• _Required work_: What follows is a set of records. Repeat every one of them exactly.

..............................

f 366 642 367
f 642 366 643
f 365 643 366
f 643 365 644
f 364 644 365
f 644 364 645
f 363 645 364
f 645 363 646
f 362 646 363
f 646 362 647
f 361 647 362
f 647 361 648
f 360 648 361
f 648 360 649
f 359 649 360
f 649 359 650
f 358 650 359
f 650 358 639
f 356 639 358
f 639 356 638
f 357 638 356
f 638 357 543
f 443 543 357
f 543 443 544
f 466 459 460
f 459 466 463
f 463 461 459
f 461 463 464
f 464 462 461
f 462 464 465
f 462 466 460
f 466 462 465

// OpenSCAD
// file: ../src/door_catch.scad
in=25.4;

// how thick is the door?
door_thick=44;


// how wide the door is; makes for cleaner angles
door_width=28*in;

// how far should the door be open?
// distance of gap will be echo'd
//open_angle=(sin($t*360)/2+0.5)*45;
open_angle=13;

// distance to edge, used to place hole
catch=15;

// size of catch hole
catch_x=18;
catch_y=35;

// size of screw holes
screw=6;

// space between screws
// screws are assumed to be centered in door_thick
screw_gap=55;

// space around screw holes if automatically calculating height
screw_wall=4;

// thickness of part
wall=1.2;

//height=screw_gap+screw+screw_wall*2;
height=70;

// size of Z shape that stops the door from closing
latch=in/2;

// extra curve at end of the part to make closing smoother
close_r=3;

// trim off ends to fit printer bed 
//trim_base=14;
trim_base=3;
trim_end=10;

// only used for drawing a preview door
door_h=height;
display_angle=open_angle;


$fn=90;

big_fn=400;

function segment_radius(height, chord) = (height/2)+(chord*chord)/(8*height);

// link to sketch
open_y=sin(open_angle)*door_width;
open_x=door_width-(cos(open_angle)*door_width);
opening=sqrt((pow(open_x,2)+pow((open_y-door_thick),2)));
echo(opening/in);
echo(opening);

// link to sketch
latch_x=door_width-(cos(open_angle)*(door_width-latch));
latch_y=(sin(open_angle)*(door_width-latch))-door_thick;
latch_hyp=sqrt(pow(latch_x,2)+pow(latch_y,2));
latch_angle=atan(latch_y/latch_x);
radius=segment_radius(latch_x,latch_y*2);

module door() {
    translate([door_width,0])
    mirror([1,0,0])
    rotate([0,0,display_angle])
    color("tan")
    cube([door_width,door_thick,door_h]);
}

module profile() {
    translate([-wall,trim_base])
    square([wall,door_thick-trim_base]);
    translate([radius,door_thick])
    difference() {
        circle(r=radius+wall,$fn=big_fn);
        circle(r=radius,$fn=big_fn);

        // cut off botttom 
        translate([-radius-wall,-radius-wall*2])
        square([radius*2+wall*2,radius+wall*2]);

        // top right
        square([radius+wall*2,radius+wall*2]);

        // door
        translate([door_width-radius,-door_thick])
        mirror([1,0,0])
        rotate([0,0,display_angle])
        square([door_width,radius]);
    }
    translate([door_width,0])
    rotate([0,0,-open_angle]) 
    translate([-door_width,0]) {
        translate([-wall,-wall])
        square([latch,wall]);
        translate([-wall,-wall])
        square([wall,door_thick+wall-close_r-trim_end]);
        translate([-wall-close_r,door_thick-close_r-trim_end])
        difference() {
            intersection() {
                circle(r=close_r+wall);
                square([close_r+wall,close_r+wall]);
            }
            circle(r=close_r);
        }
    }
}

..............................

• _Problem solution_:
f 366 642 367
f 642 366 643
f 365 643 366
f 643 365 644
f 364 644 365
f 644 364 645
f 363 645 364
f 645 363 646
f 362 646 363
f 646 362 647
f 361 647 362
f 647 361 648
f 360 648 361
f 648 360 649
f 359 649 360
f 649 359 650
f 358 650 359
f 650 358 639
f 356 639 358
f 639 356 638
f 357 638 356
f 638 357 543
f 443 543 357
f 543 443 544
f 466 459 460
f 459 466 463
f 463 461 459
f 461 463 464
f 464 462 461
f 462 464 465
f 462 466 460
f 466 462 465

// OpenSCAD
// file: ../src/door_catch.scad
in=25.4;

// how thick is the door?
door_thick=44;


// how wide the door is; makes for cleaner angles
door_width=28*in;

// how far should the door be open?
// distance of gap will be echo'd
//open_angle=(sin($t*360)/2+0.5)*45;
open_angle=13;

// distance to edge, used to place hole
catch=15;

// size of catch hole
catch_x=18;
catch_y=35;

// size of screw holes
screw=6;

// space between screws
// screws are assumed to be centered in door_thick
screw_gap=55;

// space around screw holes if automatically calculating height
screw_wall=4;

// thickness of part
wall=1.2;

//height=screw_gap+screw+screw_wall*2;
height=70;

// size of Z shape that stops the door from closing
latch=in/2;

// extra curve at end of the part to make closing smoother
close_r=3;

// trim off ends to fit printer bed 
//trim_base=14;
trim_base=3;
trim_end=10;

// only used for drawing a preview door
door_h=height;
display_angle=open_angle;


$fn=90;

big_fn=400;

function segment_radius(height, chord) = (height/2)+(chord*chord)/(8*height);

// link to sketch
open_y=sin(open_angle)*door_width;
open_x=door_width-(cos(open_angle)*door_width);
opening=sqrt((pow(open_x,2)+pow((open_y-door_thick),2)));
echo(opening/in);
echo(opening);

// link to sketch
latch_x=door_width-(cos(open_angle)*(door_width-latch));
latch_y=(sin(open_angle)*(door_width-latch))-door_thick;
latch_hyp=sqrt(pow(latch_x,2)+pow(latch_y,2));
latch_angle=atan(latch_y/latch_x);
radius=segment_radius(latch_x,latch_y*2);

module door() {
    translate([door_width,0])
    mirror([1,0,0])
    rotate([0,0,display_angle])
    color("tan")
    cube([door_width,door_thick,door_h]);
}

module profile() {
    translate([-wall,trim_base])
    square([wall,door_thick-trim_base]);
    translate([radius,door_thick])
    difference() {
        circle(r=radius+wall,$fn=big_fn);
        circle(r=radius,$fn=big_fn);

        // cut off botttom 
        translate([-radius-wall,-radius-wall*2])
        square([radius*2+wall*2,radius+wall*2]);

        // top right
        square([radius+wall*2,radius+wall*2]);

        // door
        translate([door_width-radius,-door_thick])
        mirror([1,0,0])
        rotate([0,0,display_angle])
        square([door_width,radius]);
    }
    translate([door_width,0])
    rotate([0,0,-open_angle]) 
    translate([-door_width,0]) {
        translate([-wall,-wall])
        square([latch,wall]);
        translate([-wall,-wall])
        square([wall,door_thick+wall-close_r-trim_end]);
        translate([-wall-close_r,door_thick-close_r-trim_end])
        difference() {
            intersection() {
                circle(r=close_r+wall);
                square([close_r+wall,close_r+wall]);
            }
            circle(r=close_r);
        }
    }
}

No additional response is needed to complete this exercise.